Mata Tama-chan bersinar. “Kau pikir begitu?”
“Aku yakin itu.” Tapi kemudian kesadaran lain memukul saya. “Tapi, uh…,” gumamku.
Tama-chan memiringkan kepalanya. “Apa?”
Itu adalah masalah yang sangat sederhana tetapi sangat mendasar.
“Aku butuh sekitar lima bulan …”
“Oh. Benar.”
Tingkat kegembiraan dengan cepat turun. Pelatihan Hinami benar-benar ortodoks dan lurus seperti anak panah. Ini melibatkan usaha yang lambat dan mantap. Itu adalah pendekatan yang paling benar, paling pasti, dan paling kuat, tetapi butuh waktu. Sebagai seorang gamer, saya tahu bahwa peningkatan nyata selalu membutuhkan upaya untuk jangka panjang.
“Lima bulan seperti ini … tidak mungkin.”

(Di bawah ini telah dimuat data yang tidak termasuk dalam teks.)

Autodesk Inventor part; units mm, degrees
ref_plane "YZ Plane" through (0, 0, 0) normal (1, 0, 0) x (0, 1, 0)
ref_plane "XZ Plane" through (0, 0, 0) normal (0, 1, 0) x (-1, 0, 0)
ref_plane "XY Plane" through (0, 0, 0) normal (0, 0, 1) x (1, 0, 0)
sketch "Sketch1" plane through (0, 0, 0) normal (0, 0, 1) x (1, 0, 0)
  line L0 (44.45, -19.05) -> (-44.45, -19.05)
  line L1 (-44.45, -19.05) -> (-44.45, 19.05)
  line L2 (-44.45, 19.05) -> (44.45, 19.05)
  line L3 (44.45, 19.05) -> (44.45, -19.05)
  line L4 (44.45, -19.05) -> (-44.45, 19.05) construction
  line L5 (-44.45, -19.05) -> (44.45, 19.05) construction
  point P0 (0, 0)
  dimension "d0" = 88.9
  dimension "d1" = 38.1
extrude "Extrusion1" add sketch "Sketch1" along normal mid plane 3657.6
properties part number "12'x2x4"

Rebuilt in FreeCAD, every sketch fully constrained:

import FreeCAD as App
import Part
import Sketcher
from FreeCAD import Vector
Q = App.Units.Quantity


def add_polygon(sketch, points):
    """Adds a closed chain of lines whose ends are joined by coincident constraints."""
    first, n = sketch.GeometryCount, len(points)
    for a, b in zip(points, points[1:] + points[:1]):
        sketch.addGeometry(Part.LineSegment(App.Vector(*a, 0), App.Vector(*b, 0)), False)
    for i in range(n):
        sketch.addConstraint(Sketcher.Constraint("Coincident", first + i, 2, first + (i + 1) % n, 1))

doc = App.newDocument("Part")
body = doc.addObject("PartDesign::Body", "Body")

sketch1 = doc.addObject("Sketcher::SketchObject", "Sketch")
body.addObject(sketch1)
sketch1.AttachmentSupport = (doc.XY_Plane, [""])
sketch1.MapMode = "FlatFace"
add_polygon(sketch1, [(-44, -19), (44, -19), (44, 19), (-44, 19)])
sketch1.addConstraint(Sketcher.Constraint("Horizontal", 0))
sketch1.addConstraint(Sketcher.Constraint("Vertical", 1))
sketch1.addConstraint(Sketcher.Constraint("Horizontal", 2))
sketch1.addConstraint(Sketcher.Constraint("Vertical", 3))
sketch1.addConstraint(Sketcher.Constraint("Symmetric", 0, 2, 2, 2, -1, 1))
sketch1.addConstraint(Sketcher.Constraint("DistanceX", 0, 1, 0, 2, Q("3.5 in")))
sketch1.addConstraint(Sketcher.Constraint("DistanceY", 1, 1, 1, 2, Q("1.5 in")))
pad1 = doc.addObject("PartDesign::Pad", "Pad")
body.addObject(pad1)
pad1.Profile = sketch1
pad1.Length = Q("144 in")
pad1.Midplane = True

doc.recompute()
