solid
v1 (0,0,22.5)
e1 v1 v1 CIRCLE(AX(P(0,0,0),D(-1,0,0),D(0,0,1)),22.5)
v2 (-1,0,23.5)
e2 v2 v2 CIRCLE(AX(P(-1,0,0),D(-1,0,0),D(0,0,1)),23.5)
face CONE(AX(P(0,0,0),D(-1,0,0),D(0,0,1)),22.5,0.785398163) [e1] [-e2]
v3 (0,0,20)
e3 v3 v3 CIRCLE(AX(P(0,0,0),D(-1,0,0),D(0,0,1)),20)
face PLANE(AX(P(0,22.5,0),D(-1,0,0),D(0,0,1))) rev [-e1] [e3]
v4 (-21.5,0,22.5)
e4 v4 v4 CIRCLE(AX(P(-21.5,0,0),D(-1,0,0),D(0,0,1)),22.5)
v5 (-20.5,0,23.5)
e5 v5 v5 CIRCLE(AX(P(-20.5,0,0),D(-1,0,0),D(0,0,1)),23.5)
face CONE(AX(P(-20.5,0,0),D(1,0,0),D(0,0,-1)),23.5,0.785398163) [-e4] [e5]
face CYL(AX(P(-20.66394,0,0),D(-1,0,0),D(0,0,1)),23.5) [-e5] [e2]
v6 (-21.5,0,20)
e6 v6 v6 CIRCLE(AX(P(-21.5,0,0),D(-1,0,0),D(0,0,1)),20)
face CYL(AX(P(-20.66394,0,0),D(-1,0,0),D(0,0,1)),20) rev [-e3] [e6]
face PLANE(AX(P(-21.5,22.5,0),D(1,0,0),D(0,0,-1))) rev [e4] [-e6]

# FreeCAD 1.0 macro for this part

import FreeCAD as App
import Part
import Sketcher
from FreeCAD import Vector
Q = App.Units.Quantity

doc = App.newDocument("Part")
params = doc.addObject("Spreadsheet::Sheet", "Params")
for row, (alias, value) in enumerate([
    ("sketch1_width", "19.5 mm"),
    ("sketch1_width2", "21.5 mm"),
    ("sketch1_height", "2.5 mm"),
    ("revolution_angle", "360 deg"),
], start=1):
    params.set(f"A{row}", alias)
    params.set(f"B{row}", "=" + value)
    params.setAlias(f"B{row}", alias)

body = doc.addObject("PartDesign::Body", "Body")

sketch1 = body.newObject("Sketcher::SketchObject", "Sketch")
sketch1.AttachmentSupport = (doc.getObject("XY_Plane"), [""])
sketch1.MapMode = "FlatFace"
sketch1.addGeometry(Part.LineSegment(Vector(0, 22.5, 0), Vector(-1, 23.5, 0)), False)
sketch1.addGeometry(Part.LineSegment(Vector(-1, 23.5, 0), Vector(-20.5, 23.5, 0)), False)
sketch1.addGeometry(Part.LineSegment(Vector(-20.5, 23.5, 0), Vector(-21.5, 22.5, 0)), False)
sketch1.addGeometry(Part.LineSegment(Vector(-21.5, 22.5, 0), Vector(-21.5, 20, 0)), False)
sketch1.addGeometry(Part.LineSegment(Vector(-21.5, 20, 0), Vector(0, 20, 0)), False)
sketch1.addGeometry(Part.LineSegment(Vector(0, 20, 0), Vector(0, 22.5, 0)), False)
sketch1.addConstraint(Sketcher.Constraint("Coincident", 0, 2, 1, 1))
sketch1.addConstraint(Sketcher.Constraint("Coincident", 1, 2, 2, 1))
sketch1.addConstraint(Sketcher.Constraint("Coincident", 2, 2, 3, 1))
sketch1.addConstraint(Sketcher.Constraint("Coincident", 3, 2, 4, 1))
sketch1.addConstraint(Sketcher.Constraint("Coincident", 4, 2, 5, 1))
sketch1.addConstraint(Sketcher.Constraint("Coincident", 5, 2, 0, 1))
sketch1.addConstraint(Sketcher.Constraint("Horizontal", 1))
sketch1.addConstraint(Sketcher.Constraint("Vertical", 3))
sketch1.addConstraint(Sketcher.Constraint("Horizontal", 4))
sketch1.addConstraint(Sketcher.Constraint("Vertical", 5))
sketch1.addConstraint(Sketcher.Constraint("PointOnObject", 4, 2, -2))
sketch1.addConstraint(Sketcher.Constraint("Perpendicular", 0, 2))
sketch1.addConstraint(Sketcher.Constraint("Horizontal", 2, 2, 5, 2))
sketch1.addConstraint(Sketcher.Constraint("Equal", 0, 2))
sketch1.addConstraint(Sketcher.Constraint("DistanceX", 1, 2, 1, 1, Q("19.5 mm")))
sketch1.addConstraint(Sketcher.Constraint("DistanceX", 4, 1, 4, 2, Q("21.5 mm")))
sketch1.addConstraint(Sketcher.Constraint("DistanceY", 3, 2, 3, 1, Q("2.5 mm")))
sketch1.addConstraint(Sketcher.Constraint("DistanceY", -1, 1, 3, 2, Q("20 mm")))
sketch1.setExpression("Constraints[14]", "Params.sketch1_width")
sketch1.setExpression("Constraints[15]", "Params.sketch1_width2")
sketch1.setExpression("Constraints[16]", "Params.sketch1_height")
revolution = body.newObject("PartDesign::Revolution", "Revolution")
revolution.Profile = sketch1
revolution.ReferenceAxis = (sketch1, ["H_Axis"])
revolution.setExpression("Angle", "Params.revolution_angle")

doc.recompute()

“…Saya tahu. Ini terlalu lambat.”
Suasana hati bisa berubah kapan saja. Jika Tama-chan menghabiskan lima bulan terus berlatih, sesuatu yang tidak dapat diubah mungkin terjadi sementara itu dan menghancurkan seluruh rencana. Kemungkinan itu terjadi cukup tinggi. Dia tidak bisa menghadapi pertarungan ini dengan santai.
“Kita membutuhkan sesuatu yang akan membalikkan segalanya dalam waktu singkat…,” gumamku, tapi aku tahu bukan itu cara kerja pertumbuhan. Oke, secara teknis, mungkin ada solusi ajaib yang membalikkan seluruh situasi—jika kita bisa berpikir di luar kotak, membalikkan persepsi kita, dan mengecoh musuh. Lagi pula, begitulah nanashi mendekati setiap permainan. Saya yakin saya bisa melakukannya di bawah kondisi yang tepat. Tetapi saya harus sepenuhnya memahami aturan permainan yang lebih halus terlebih dahulu. Dan ketika sampai pada yang satu ini, saya belum sampai di sana.
“…Hmmm.”
“Tidak terlihat bagus, ya?” Tama-chan berkata, menatap wajahku.
“Ya…”
Berdasarkan petunjuk yang saya miliki saat ini, saya tidak dapat menemukan strategi yang saya yakini.
“Sulit ketika waktu sangat terbatas…,” kataku.
“Hei, kalian berdua!”
Tiba-tiba, saya mendengar seseorang memanggil kami secara teatrikal dari pintu kelas. Aku berbalik kaget dan melihat sosok berdiri di sana dengan satu tangan terangkat dengan acuh tak acuh, senyum sinis di wajahnya. Mizusawa.
Kejutan saya tidak mengambil angin dari layarnya saat dia berjalan ke arah kami dan meletakkan satu tangan di bahu saya. Kemudian dia mengangkat satu alisnya dan menatap mataku dengan ekspresi sombong yang menyebalkan.
“Kau tampak bermasalah, temanku,” katanya dengan senyum sombong yang terlalu percaya diri.